Under current state law, assault weapons are defined by having two "military rifle" features such as folding stock, muzzle flash suppressor or bayonet mount. The proposal reduces that to one feature and includes the popular pistol grip.

Private sales of assault weapons to someone other than an immediate family will be subject to a background check through a dealer. New Yorkers also would be barred from buying assault weapons over the Internet, and failing to safely store a weapon could lead to a misdemeanor charge.
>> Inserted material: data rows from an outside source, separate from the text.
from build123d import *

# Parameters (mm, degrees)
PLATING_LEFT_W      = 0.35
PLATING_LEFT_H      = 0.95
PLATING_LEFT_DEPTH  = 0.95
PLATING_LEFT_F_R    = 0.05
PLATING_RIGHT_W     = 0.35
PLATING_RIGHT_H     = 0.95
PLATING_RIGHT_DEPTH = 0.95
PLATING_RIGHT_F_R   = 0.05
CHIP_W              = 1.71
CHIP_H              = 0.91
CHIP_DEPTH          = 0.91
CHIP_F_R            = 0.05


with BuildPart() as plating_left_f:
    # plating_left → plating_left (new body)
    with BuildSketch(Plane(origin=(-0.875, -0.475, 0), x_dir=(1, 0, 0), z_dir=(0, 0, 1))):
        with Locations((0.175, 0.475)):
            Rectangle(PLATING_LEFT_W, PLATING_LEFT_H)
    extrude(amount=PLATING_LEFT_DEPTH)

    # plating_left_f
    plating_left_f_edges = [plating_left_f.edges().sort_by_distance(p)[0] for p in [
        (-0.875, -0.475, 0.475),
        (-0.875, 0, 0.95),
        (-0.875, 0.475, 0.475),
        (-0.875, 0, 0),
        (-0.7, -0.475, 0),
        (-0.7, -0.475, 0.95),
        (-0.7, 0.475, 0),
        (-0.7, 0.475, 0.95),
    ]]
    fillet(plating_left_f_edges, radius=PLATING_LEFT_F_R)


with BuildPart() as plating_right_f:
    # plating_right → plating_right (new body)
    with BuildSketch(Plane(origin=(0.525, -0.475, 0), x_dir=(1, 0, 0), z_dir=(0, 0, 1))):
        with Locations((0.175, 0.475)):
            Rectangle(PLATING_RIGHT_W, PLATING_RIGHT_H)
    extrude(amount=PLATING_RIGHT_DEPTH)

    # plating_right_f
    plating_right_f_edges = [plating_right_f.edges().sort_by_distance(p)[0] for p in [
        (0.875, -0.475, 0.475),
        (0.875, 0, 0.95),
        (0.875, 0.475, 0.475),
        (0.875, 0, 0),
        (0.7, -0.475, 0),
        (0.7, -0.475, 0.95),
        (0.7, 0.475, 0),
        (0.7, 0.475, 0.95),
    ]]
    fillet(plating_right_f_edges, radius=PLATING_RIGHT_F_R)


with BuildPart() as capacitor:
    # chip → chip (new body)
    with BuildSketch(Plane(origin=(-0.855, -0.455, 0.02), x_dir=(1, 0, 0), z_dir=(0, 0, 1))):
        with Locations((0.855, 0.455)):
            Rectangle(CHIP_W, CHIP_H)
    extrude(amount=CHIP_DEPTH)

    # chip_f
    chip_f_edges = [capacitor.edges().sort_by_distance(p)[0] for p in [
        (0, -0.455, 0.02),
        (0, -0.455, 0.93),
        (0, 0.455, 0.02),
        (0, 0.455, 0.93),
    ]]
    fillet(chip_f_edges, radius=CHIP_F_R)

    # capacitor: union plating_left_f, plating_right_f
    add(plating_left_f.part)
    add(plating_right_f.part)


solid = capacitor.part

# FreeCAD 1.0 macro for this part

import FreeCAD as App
import Part
import Sketcher

V = App.Vector
Q = App.Units.Quantity


def edges_at(feature, points):
    """Names of the edges that pass closest to the given points."""
    edges = feature.Shape.Edges
    near = lambda p: min(range(len(edges)), key=lambda i: edges[i].distToShape(Part.Vertex(*p))[0])
    return sorted({f"Edge{near(p) + 1}" for p in points})


def add_polygon(sketch, points):
    """Adds a closed chain of lines whose ends are joined by coincident constraints."""
    first, n = sketch.GeometryCount, len(points)
    for a, b in zip(points, points[1:] + points[:1]):
        sketch.addGeometry(Part.LineSegment(App.Vector(*a, 0), App.Vector(*b, 0)), False)
    for i in range(n):
        sketch.addConstraint(Sketcher.Constraint("Coincident", first + i, 2, first + (i + 1) % n, 1))

doc = App.newDocument("Part")
body = doc.addObject("PartDesign::Body", "Body")

# Sketch on XY plane
sketch1 = body.newObject("Sketcher::SketchObject", "Sketch")
sketch1.AttachmentSupport = (doc.getObject("XY_Plane"), [""])
sketch1.MapMode = "FlatFace"
add_polygon(sketch1, [(-0.88, 0.47), (-0.88, -0.47), (-0.53, -0.47), (-0.53, 0.47)])  # lines 0-3
sketch1.addConstraint([
    Sketcher.Constraint("Vertical", 0),
    Sketcher.Constraint("Horizontal", 1),
    Sketcher.Constraint("Vertical", 2),
    Sketcher.Constraint("Horizontal", 3),
    Sketcher.Constraint("DistanceX", 1, 1, 1, 2, Q("0.35 mm")),
    Sketcher.Constraint("DistanceY", 0, 2, 0, 1, Q("0.95 mm")),
    Sketcher.Constraint("DistanceX", 0, 2, -1, 1, Q("0.875 mm")),
    Sketcher.Constraint("DistanceY", 0, 2, -1, 1, Q("0.475 mm")),
])
pad1 = body.newObject("PartDesign::Pad", "Pad")
pad1.Profile = sketch1
pad1.Length = 0.95
doc.recompute()

fillet = body.newObject("PartDesign::Fillet", "Fillet")
fillet.Base = (pad1, edges_at(pad1, [
    (-0.875, -0.475, 0.475),
    (-0.875, 0, 0.95),
    (-0.875, 0.475, 0.475),
    (-0.875, 0, 0),
    (-0.7, -0.475, 0),
    (-0.7, -0.475, 0.95),
    (-0.7, 0.475, 0),
    (-0.7, 0.475, 0.95),
]))
fillet.Radius = 0.05
body2 = doc.addObject("PartDesign::Body", "Body001")

# Sketch on XY plane
sketch2 = body2.newObject("Sketcher::SketchObject", "Sketch001")
sketch2.AttachmentSupport = (doc.getObject("XY_Plane001"), [""])
sketch2.MapMode = "FlatFace"
add_polygon(sketch2, [(0.53, 0.47), (0.53, -0.47), (0.88, -0.47), (0.88, 0.47)])  # lines 0-3
sketch2.addConstraint([
    Sketcher.Constraint("Vertical", 0),
    Sketcher.Constraint("Horizontal", 1),
    Sketcher.Constraint("Vertical", 2),
    Sketcher.Constraint("Horizontal", 3),
    Sketcher.Constraint("DistanceX", 1, 1, 1, 2, Q("0.35 mm")),
    Sketcher.Constraint("DistanceY", 0, 2, 0, 1, Q("0.95 mm")),
    Sketcher.Constraint("DistanceX", -1, 1, 0, 2, Q("0.525 mm")),
    Sketcher.Constraint("DistanceY", 0, 2, -1, 1, Q("0.475 mm")),
])
pad2 = body2.newObject("PartDesign::Pad", "Pad001")
pad2.Profile = sketch2
pad2.Length = 0.95
doc.recompute()

fillet2 = body2.newObject("PartDesign::Fillet", "Fillet001")
fillet2.Base = (pad2, edges_at(pad2, [
    (0.875, -0.475, 0.475),
    (0.875, 0, 0.95),
    (0.875, 0.475, 0.475),
    (0.875, 0, 0),
    (0.7, -0.475, 0),
    (0.7, -0.475, 0.95),
    (0.7, 0.475, 0),
    (0.7, 0.475, 0.95),
]))
fillet2.Radius = 0.05
body3 = doc.addObject("PartDesign::Body", "Body002")

# Sketch on XY plane
sketch3 = body3.newObject("Sketcher::SketchObject", "Sketch002")
sketch3.AttachmentSupport = (doc.getObject("XY_Plane002"), [""])
sketch3.MapMode = "FlatFace"
sketch3.AttachmentOffset = App.Placement(V(0, 0, 0.02), App.Rotation())
add_polygon(sketch3, [(-0.9, 0.5), (-0.9, -0.5), (0.9, -0.5), (0.9, 0.5)])  # lines 0-3
sketch3.addConstraint([
    Sketcher.Constraint("Vertical", 0),
    Sketcher.Constraint("Horizontal", 1),
    Sketcher.Constraint("Vertical", 2),
    Sketcher.Constraint("Horizontal", 3),
    Sketcher.Constraint("Symmetric", 0, 2, 2, 2, -1, 1),
    Sketcher.Constraint("DistanceX", 1, 1, 1, 2, Q("1.71 mm")),
    Sketcher.Constraint("DistanceY", 0, 2, 0, 1, Q("0.91 mm")),
])
pad3 = body3.newObject("PartDesign::Pad", "Pad002")
pad3.Profile = sketch3
pad3.Length = 0.91
doc.recompute()

fillet3 = body3.newObject("PartDesign::Fillet", "Fillet002")
fillet3.Base = (pad3, edges_at(pad3, [
    (0, -0.455, 0.02),
    (0, -0.455, 0.93),
    (0, 0.455, 0.02),
    (0, 0.455, 0.93),
]))
fillet3.Radius = 0.05
doc.recompute()

boolean = body3.newObject("PartDesign::Boolean", "Boolean")
boolean.Type = "Fuse"
boolean.addObjects([body])
doc.recompute()

boolean2 = body3.newObject("PartDesign::Boolean", "Boolean001")
boolean2.Type = "Fuse"
boolean2.addObjects([body2])

doc.recompute()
Ammunition magazines will be restricted to seven bullets, from the current 10, and current owners of higher-capacity magazines will have a year to sell them out of state. An owner caught at home with eight or more bullets in a magazine will face a misdemeanor charge.

Another provision places requirements on therapists, psychologists, registered nurses and licensed social workers who believe a mental health patient made a credible threat to use a gun illegally. They would be required to report such a threat to a mental health director, who would have to notify the state. Any registered handguns — or registered assault weapons purchased before the ban — could be taken from the patient.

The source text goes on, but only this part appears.